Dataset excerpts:

....

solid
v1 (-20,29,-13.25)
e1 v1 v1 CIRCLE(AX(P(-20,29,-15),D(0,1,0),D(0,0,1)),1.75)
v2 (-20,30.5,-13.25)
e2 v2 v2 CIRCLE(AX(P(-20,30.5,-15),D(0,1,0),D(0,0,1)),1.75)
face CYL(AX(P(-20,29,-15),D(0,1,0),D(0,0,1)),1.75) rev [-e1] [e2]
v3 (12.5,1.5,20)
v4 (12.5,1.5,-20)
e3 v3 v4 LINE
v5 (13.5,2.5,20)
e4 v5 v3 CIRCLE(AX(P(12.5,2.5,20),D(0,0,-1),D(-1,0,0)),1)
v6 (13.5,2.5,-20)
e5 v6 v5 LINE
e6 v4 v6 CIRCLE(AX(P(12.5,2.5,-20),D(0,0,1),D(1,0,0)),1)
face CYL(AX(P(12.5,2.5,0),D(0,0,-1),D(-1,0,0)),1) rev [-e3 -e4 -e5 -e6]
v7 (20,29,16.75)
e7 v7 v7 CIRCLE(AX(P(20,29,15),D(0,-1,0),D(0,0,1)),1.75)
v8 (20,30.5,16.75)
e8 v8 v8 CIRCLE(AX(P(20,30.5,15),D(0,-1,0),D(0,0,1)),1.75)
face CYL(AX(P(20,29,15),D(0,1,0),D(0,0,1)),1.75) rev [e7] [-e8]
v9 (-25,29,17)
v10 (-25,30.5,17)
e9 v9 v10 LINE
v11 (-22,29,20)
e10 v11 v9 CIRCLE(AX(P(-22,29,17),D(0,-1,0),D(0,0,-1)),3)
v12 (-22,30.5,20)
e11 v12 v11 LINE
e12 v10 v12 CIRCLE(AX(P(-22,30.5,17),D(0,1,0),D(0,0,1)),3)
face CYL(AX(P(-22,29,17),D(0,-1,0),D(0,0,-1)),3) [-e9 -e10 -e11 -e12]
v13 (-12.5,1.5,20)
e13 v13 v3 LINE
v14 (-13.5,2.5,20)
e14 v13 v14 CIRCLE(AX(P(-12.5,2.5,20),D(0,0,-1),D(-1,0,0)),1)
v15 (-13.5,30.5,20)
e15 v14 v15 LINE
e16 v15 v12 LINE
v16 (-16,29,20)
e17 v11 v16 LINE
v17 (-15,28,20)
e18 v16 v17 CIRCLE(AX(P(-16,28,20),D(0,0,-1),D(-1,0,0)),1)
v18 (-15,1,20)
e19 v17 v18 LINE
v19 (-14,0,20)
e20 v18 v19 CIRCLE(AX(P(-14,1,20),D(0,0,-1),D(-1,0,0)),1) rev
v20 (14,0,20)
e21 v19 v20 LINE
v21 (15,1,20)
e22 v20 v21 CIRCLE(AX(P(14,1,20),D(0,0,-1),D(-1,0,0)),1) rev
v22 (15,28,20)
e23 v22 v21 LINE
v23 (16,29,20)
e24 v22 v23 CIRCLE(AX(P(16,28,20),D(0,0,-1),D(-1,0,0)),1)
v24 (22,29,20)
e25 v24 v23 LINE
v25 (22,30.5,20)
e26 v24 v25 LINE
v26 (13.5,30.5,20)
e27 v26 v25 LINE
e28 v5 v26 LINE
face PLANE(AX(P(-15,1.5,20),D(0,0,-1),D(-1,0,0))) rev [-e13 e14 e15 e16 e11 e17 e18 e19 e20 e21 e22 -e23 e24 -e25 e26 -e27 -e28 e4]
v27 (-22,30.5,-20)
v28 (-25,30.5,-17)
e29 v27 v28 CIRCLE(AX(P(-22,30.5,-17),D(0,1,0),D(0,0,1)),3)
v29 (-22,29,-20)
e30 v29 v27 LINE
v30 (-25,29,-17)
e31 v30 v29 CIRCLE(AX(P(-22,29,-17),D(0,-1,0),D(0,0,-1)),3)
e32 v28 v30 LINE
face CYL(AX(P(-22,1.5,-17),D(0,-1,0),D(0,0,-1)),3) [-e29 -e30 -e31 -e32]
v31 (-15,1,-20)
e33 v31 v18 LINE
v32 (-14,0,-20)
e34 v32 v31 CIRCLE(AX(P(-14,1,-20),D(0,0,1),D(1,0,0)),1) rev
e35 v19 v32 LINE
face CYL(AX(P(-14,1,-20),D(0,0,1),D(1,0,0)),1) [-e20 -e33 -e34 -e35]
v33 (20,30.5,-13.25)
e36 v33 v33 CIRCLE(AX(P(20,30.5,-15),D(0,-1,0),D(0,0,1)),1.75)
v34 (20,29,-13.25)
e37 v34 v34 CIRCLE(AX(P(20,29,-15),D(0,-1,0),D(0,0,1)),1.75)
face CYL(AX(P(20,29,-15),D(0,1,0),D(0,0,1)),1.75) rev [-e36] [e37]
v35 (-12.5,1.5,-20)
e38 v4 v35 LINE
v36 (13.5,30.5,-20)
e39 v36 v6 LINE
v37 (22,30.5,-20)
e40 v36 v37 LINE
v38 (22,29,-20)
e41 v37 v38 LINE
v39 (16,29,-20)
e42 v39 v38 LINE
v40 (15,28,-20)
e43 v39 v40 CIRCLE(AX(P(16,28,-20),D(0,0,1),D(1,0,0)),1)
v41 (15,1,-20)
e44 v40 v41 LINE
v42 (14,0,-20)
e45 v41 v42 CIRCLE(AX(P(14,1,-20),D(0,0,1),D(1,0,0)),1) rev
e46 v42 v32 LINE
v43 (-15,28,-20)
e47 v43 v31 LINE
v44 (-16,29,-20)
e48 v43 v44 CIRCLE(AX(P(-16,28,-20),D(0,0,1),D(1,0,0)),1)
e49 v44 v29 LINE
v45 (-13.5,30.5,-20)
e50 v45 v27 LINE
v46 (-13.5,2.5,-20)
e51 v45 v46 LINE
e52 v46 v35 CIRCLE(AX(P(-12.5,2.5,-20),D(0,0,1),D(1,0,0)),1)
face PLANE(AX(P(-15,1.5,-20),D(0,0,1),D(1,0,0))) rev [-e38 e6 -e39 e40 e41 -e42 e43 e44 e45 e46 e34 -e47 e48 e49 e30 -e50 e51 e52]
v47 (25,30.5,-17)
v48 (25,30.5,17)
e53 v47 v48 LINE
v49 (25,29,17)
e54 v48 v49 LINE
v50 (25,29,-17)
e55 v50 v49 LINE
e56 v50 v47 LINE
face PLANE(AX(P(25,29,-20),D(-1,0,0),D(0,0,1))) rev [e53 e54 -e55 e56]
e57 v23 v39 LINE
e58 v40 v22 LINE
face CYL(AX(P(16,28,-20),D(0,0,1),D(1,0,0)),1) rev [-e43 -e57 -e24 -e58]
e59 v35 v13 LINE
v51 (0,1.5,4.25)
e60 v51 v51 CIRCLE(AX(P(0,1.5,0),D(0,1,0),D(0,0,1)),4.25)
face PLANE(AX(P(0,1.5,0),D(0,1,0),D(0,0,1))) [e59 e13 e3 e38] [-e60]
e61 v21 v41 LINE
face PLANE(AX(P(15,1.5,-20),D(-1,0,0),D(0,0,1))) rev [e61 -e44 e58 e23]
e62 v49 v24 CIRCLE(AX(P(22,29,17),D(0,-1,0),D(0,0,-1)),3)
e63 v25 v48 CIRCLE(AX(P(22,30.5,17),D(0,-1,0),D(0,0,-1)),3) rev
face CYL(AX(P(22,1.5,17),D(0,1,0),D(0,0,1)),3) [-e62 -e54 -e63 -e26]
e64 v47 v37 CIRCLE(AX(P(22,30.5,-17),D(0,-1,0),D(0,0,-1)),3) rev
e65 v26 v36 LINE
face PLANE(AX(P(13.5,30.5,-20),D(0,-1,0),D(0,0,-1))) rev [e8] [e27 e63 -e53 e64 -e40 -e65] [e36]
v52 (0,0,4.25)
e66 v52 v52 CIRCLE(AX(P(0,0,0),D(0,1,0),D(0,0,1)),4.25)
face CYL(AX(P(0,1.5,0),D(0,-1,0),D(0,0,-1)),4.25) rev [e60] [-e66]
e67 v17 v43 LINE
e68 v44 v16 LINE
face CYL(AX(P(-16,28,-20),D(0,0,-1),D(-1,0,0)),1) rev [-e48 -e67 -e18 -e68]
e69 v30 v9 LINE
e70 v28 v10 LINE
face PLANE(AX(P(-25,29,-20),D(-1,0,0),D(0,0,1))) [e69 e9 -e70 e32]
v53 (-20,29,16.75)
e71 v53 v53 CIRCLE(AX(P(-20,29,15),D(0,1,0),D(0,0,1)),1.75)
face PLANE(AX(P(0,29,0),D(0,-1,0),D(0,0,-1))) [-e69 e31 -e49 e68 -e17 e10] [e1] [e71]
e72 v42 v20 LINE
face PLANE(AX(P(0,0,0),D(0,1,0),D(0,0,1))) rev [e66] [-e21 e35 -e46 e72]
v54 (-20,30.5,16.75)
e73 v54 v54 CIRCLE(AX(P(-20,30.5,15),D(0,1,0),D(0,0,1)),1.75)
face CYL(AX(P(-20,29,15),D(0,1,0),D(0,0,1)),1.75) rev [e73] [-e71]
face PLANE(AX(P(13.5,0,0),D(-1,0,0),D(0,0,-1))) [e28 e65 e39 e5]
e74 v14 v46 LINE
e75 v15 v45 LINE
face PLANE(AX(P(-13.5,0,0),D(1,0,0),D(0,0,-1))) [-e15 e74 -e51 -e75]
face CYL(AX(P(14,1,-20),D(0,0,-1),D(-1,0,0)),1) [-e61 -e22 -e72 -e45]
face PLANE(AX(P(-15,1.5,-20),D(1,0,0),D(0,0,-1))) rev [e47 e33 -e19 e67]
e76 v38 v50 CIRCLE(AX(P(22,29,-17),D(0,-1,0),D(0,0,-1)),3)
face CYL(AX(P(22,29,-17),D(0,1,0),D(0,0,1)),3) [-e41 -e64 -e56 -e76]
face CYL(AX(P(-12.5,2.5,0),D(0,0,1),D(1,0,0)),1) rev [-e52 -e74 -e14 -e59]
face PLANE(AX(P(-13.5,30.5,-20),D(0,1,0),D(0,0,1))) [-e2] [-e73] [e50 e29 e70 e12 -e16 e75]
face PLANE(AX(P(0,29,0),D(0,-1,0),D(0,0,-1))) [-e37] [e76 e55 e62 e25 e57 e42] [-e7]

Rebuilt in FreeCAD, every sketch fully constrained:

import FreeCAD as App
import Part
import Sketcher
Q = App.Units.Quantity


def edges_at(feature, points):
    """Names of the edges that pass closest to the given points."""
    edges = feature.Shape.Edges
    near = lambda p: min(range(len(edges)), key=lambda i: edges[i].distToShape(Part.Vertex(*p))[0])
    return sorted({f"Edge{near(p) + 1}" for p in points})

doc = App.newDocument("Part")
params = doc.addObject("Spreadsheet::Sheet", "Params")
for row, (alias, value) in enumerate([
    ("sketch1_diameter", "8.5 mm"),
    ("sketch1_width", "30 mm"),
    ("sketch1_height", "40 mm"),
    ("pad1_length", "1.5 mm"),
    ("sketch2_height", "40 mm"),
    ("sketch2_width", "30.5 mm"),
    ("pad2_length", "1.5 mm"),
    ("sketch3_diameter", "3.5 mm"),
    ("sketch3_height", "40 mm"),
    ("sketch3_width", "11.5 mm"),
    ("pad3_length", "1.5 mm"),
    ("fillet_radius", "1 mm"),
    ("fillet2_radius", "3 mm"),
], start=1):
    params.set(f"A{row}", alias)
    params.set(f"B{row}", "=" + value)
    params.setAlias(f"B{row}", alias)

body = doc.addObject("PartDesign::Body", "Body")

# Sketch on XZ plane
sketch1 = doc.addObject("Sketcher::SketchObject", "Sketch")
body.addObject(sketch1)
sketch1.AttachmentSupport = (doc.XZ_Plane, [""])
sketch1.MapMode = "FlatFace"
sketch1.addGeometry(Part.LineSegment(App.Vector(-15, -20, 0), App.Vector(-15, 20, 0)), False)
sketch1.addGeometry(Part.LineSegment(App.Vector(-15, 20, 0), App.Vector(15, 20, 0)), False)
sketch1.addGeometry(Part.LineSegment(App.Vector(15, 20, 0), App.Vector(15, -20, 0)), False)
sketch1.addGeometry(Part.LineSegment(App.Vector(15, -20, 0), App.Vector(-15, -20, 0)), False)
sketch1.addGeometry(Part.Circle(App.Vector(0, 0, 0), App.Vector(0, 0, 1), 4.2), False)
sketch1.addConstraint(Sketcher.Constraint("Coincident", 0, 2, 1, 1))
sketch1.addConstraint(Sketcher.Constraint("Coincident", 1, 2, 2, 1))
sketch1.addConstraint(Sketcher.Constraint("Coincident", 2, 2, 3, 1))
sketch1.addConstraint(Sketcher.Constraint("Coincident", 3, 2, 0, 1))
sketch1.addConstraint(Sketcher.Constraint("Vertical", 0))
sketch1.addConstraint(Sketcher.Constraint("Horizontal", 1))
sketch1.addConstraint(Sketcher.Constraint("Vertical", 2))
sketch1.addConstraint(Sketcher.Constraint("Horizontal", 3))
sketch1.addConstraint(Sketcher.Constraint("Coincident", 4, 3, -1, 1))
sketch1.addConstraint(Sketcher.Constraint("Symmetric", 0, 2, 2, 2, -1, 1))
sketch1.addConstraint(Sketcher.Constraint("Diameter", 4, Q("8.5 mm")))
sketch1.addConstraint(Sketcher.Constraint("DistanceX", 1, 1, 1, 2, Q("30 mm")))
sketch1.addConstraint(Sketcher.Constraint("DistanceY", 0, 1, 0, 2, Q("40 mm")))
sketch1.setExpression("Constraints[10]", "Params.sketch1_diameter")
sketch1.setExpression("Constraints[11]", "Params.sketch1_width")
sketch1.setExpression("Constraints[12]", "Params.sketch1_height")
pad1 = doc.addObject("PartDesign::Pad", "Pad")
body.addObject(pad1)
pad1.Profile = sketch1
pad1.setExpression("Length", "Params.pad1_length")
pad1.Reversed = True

....

• [PROBLEM TO SOLVE] The required answer is the exact run of lines above starting at the line with "e72 v42 v20 LINE" and ending at the line with "face PLANE(AX(P(-13.5,0,0),D(1,0,0),D(0,0,-1))) [-e15", with both ends present.

• [TASK SOLUTION]
e72 v42 v20 LINE
face PLANE(AX(P(0,0,0),D(0,1,0),D(0,0,1))) rev [e66] [-e21 e35 -e46 e72]
v54 (-20,30.5,16.75)
e73 v54 v54 CIRCLE(AX(P(-20,30.5,15),D(0,1,0),D(0,0,1)),1.75)
face CYL(AX(P(-20,29,15),D(0,1,0),D(0,0,1)),1.75) rev [e73] [-e71]
face PLANE(AX(P(13.5,0,0),D(-1,0,0),D(0,0,-1))) [e28 e65 e39 e5]
e74 v14 v46 LINE
e75 v15 v45 LINE
face PLANE(AX(P(-13.5,0,0),D(1,0,0),D(0,0,-1))) [-e15 e74 -e51 -e75]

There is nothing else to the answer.